# Puerto USB utilizando ASM



## whtguitar (Mar 5, 2010)

Saludos a todos!

Esta la primera vez, disculpen si esto suena algo novato .

Como mi laptop no tiene un puerto paralelo, conseguí un aparatico que es USB a Paralelo. He tenido problemas para utilizarlo, alguíen tiene alguna idea de como poder acceder a este mediante un código Assembler ? 

El dispositivo es parecido a este:
http://img.alibaba.com/photo/10812632/USB_To_Parallel_DB25_.jpg


----------



## tecnogirl (Mar 5, 2010)

Tienes el fabricante y.. quiza el modelo. ya buscaste informacion en Internet ?.
Saludos


----------



## whtguitar (Mar 5, 2010)

Gracias por responder tan pronto

Tengo que es un BF -1284. Cuando lo conecto y busco una dirección para acceder a este (como lo hacía para la dirección del puerto paralelo, antiguamente en Dir: 378H, 278H ó 3BCH), me da una dirección: 02H ...

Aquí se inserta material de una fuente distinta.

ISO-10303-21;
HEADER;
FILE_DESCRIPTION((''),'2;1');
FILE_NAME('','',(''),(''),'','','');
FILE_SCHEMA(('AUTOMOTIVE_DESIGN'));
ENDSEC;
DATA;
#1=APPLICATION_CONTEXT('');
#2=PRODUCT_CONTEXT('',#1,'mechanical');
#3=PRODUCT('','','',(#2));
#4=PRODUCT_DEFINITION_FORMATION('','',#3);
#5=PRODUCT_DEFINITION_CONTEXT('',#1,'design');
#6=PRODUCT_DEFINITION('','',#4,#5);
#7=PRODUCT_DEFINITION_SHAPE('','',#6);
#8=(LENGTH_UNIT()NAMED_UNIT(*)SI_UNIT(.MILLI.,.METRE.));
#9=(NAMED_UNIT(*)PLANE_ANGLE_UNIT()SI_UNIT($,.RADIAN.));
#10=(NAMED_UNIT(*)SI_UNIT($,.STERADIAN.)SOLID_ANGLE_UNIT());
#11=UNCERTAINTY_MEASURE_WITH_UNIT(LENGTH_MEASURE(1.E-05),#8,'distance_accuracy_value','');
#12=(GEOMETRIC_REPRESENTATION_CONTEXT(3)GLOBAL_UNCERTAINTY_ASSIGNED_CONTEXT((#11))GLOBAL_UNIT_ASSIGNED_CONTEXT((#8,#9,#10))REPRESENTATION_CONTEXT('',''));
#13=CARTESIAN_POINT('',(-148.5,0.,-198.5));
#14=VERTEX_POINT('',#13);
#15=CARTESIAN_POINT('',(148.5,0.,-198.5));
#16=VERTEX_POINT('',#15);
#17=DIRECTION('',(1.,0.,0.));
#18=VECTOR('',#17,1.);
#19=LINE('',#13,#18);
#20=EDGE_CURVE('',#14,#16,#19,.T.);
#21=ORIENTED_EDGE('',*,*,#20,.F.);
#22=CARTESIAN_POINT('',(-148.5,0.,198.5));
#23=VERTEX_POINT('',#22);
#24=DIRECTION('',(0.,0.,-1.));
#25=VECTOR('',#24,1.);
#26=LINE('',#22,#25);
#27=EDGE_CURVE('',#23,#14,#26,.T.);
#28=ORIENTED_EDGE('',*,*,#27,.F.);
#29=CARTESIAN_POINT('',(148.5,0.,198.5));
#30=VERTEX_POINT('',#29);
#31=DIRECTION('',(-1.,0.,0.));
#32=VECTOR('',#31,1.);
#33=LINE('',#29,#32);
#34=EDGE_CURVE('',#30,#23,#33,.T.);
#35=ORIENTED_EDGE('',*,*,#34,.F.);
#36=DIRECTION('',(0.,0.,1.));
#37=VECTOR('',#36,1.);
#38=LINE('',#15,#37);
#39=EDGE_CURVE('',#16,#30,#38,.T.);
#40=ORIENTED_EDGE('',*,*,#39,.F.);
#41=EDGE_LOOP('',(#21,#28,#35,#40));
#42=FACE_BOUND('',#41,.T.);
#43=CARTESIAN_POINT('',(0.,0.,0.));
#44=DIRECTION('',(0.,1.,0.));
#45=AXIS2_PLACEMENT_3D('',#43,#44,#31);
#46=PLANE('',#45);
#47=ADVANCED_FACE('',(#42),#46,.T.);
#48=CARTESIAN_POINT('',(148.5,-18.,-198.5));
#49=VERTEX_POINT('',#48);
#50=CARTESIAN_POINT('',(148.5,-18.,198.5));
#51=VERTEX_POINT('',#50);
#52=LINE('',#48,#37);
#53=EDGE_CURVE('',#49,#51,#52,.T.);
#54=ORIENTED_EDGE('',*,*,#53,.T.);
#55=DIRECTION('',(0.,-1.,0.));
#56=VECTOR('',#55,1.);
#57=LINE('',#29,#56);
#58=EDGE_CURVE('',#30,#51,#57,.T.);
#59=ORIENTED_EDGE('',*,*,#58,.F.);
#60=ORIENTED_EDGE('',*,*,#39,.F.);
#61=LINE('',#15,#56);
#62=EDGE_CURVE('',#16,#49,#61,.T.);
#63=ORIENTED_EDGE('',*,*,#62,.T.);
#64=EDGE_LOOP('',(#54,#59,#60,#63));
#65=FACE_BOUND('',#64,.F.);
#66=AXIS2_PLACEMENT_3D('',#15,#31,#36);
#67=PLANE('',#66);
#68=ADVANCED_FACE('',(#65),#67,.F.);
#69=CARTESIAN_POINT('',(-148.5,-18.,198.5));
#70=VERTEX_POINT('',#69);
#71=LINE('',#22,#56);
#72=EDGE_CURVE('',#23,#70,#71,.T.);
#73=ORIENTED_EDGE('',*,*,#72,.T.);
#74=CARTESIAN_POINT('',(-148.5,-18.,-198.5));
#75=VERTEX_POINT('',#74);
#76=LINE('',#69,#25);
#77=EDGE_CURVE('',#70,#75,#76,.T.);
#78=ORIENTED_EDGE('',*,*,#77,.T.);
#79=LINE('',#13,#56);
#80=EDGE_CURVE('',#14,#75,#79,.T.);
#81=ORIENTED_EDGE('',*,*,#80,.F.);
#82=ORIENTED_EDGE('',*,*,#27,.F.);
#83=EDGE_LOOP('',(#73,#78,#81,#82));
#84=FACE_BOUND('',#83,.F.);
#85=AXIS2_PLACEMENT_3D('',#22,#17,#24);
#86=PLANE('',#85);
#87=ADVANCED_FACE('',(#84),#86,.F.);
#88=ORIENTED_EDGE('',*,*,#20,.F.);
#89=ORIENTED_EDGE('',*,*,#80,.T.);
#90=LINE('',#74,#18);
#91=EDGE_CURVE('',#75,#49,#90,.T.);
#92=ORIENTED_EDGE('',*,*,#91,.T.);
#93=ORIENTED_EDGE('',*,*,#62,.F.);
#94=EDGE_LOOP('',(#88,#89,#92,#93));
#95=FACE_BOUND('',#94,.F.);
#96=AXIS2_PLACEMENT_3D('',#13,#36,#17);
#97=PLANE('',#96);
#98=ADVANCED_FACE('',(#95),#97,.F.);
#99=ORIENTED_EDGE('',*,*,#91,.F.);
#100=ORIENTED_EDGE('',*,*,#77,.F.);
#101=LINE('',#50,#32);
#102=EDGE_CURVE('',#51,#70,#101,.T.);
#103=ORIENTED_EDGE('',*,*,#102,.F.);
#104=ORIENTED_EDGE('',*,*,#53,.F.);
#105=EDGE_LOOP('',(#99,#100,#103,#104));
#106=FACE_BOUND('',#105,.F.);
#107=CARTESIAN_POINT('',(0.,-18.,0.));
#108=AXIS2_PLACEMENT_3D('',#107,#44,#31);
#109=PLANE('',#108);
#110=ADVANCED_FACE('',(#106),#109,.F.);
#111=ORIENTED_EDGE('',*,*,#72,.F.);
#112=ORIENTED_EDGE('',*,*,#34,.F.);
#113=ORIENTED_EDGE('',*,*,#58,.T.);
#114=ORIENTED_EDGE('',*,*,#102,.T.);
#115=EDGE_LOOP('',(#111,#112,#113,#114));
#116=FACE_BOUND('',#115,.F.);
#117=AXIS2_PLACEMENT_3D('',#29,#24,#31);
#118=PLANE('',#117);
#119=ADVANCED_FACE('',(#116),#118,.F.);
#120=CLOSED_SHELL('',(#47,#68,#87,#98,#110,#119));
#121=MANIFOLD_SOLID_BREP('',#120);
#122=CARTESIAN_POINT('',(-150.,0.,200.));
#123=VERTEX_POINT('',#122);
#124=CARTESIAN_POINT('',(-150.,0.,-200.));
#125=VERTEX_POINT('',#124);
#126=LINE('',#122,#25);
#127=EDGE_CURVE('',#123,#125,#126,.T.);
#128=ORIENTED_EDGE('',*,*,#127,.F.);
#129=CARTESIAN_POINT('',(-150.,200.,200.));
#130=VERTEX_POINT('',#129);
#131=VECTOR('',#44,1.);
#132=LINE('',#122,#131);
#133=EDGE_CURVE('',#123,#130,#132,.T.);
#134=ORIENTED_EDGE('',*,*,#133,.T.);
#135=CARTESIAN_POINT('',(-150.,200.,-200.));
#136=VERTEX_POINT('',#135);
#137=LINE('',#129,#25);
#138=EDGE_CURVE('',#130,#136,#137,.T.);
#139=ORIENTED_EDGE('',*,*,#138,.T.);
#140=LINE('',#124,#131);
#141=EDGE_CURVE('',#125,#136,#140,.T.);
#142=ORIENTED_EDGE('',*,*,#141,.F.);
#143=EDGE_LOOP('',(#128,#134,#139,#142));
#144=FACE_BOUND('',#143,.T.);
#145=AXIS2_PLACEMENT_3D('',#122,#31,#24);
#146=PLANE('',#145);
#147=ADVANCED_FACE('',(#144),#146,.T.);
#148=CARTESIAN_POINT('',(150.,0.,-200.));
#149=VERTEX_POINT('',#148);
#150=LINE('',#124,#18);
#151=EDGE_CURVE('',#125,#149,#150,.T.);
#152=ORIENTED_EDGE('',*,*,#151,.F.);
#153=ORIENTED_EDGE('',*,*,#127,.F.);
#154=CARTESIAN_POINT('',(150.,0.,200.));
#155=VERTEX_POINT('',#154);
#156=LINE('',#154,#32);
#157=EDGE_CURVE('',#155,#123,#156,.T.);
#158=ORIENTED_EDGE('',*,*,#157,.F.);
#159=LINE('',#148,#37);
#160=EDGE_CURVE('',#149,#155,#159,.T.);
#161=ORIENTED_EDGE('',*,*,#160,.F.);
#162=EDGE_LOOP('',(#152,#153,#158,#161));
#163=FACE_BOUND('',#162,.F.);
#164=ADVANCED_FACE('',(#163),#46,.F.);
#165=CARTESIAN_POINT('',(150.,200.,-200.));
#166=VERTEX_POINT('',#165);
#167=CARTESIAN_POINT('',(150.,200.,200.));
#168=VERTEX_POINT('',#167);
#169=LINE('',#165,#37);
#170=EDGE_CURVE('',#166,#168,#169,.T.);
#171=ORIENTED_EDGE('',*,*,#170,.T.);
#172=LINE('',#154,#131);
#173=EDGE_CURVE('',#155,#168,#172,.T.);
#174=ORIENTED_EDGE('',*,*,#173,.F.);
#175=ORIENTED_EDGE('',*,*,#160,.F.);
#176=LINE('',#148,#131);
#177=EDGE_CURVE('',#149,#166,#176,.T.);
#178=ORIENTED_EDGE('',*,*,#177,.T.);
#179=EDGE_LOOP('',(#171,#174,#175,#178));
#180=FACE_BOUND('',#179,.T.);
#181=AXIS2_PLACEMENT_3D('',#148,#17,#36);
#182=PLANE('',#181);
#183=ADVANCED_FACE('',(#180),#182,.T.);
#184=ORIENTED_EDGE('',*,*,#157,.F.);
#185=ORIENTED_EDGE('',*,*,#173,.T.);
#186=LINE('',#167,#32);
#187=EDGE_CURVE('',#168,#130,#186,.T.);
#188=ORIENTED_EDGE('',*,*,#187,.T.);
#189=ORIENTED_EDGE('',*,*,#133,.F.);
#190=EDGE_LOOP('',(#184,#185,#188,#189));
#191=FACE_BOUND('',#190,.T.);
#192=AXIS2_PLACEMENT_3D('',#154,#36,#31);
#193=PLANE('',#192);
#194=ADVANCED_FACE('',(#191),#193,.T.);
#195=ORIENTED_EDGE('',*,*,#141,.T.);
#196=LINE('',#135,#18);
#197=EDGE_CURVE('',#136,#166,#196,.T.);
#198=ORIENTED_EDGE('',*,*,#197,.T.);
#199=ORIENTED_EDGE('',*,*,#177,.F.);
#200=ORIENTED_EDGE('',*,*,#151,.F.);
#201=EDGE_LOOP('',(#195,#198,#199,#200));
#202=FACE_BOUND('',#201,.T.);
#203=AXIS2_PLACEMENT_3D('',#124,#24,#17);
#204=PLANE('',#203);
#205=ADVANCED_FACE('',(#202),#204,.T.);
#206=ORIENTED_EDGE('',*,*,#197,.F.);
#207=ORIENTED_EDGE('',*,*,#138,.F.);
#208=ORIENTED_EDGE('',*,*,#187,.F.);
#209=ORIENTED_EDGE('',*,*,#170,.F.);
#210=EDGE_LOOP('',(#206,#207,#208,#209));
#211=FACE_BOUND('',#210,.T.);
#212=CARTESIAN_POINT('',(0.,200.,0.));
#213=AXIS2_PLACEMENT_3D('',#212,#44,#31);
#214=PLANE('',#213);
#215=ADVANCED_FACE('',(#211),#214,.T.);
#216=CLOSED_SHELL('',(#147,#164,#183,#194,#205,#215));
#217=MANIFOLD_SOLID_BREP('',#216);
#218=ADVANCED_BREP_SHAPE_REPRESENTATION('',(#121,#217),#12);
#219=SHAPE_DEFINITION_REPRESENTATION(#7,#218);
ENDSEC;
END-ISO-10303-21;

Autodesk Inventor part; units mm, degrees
ref_plane "YZ Plane" through (0, 0, 0) normal (1, 0, 0) x (0, 1, 0)
ref_plane "XZ Plane" through (0, 0, 0) normal (0, 1, 0) x (-1, 0, 0)
ref_plane "XY Plane" through (0, 0, 0) normal (0, 0, 1) x (1, 0, 0)
sketch "Sketch2" plane through (0, 0, 0) normal (0, 1, 0) x (-1, 0, 0)
  line L0 (150, -200) -> (-150, -200)
  line L1 (-150, -200) -> (-150, 200)
  line L2 (-150, 200) -> (150, 200)
  line L3 (150, 200) -> (150, -200)
  line L4 (150, -200) -> (-150, 200) construction
  line L5 (-150, -200) -> (150, 200) construction
  point P0 (0, 0)
  dimension "Width" = 300
  dimension "Height" = 400
sketch "Sketch1" plane through (0, 0, 0) normal (0, 1, 0) x (-1, 0, 0)
  line L0 (148.5, -198.5) -> (-148.5, -198.5)
  line L1 (-148.5, -198.5) -> (-148.5, 198.5)
  line L2 (-148.5, 198.5) -> (148.5, 198.5)
  line L3 (148.5, 198.5) -> (148.5, -198.5)
  line L4 (-150, 200) -> (150, 200) construction
  line L5 (150, 200) -> (150, -200) construction
  line L6 (150, -200) -> (-150, -200) construction
  line L7 (-150, -200) -> (-150, 200) construction
  point P0 (0, 0)
  dimension "Off_From_Top" = 1.5
  dimension "Off_From_Left" = 1.5
  dimension "Off_From_Bottom" = 1.5
  dimension "Off_From_Right" = 1.5
extrude "Extrusion1" add sketch "Sketch1" against normal blind 18
extrude "Extrusion2" add sketch "Sketch2" along normal blind 200 separate body
equation "\"Total_Offset\" = 0.001"
equation "\"Hinge_Gap\" = 0"
equation "\"Inset_Dist\" = 0"
properties part number "Laminated Board Skeleton"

Sin embargo, no logro manipularlo... Help Please


----------



## RBX374 (Mar 5, 2010)

Estoy altamente interesado en el tema pero no tengo ni idea 

Yo intenté usar un cable USB-Serie para programar PIC's pero no hubo manera. (Recuerda que la intensidad que da un puerto USB es muuuuuy baja)


----------



## whtguitar (Mar 5, 2010)

Llevo algo de tiempo desesperado por saber como funciona esto, a ver si se hace algo ahora :s


----------



## tecnogirl (Mar 8, 2010)

whtguitar: Conecta el cable adaptador y revisa en la pestaña de configuracion de dispositivos si aparece reconocido. Si no lo esta, deberian conectar una impresora paralela al cable y hay si deberia reconocerla y se puede averiguar el puerto de I/O que le fue asignado.
Saludos.


----------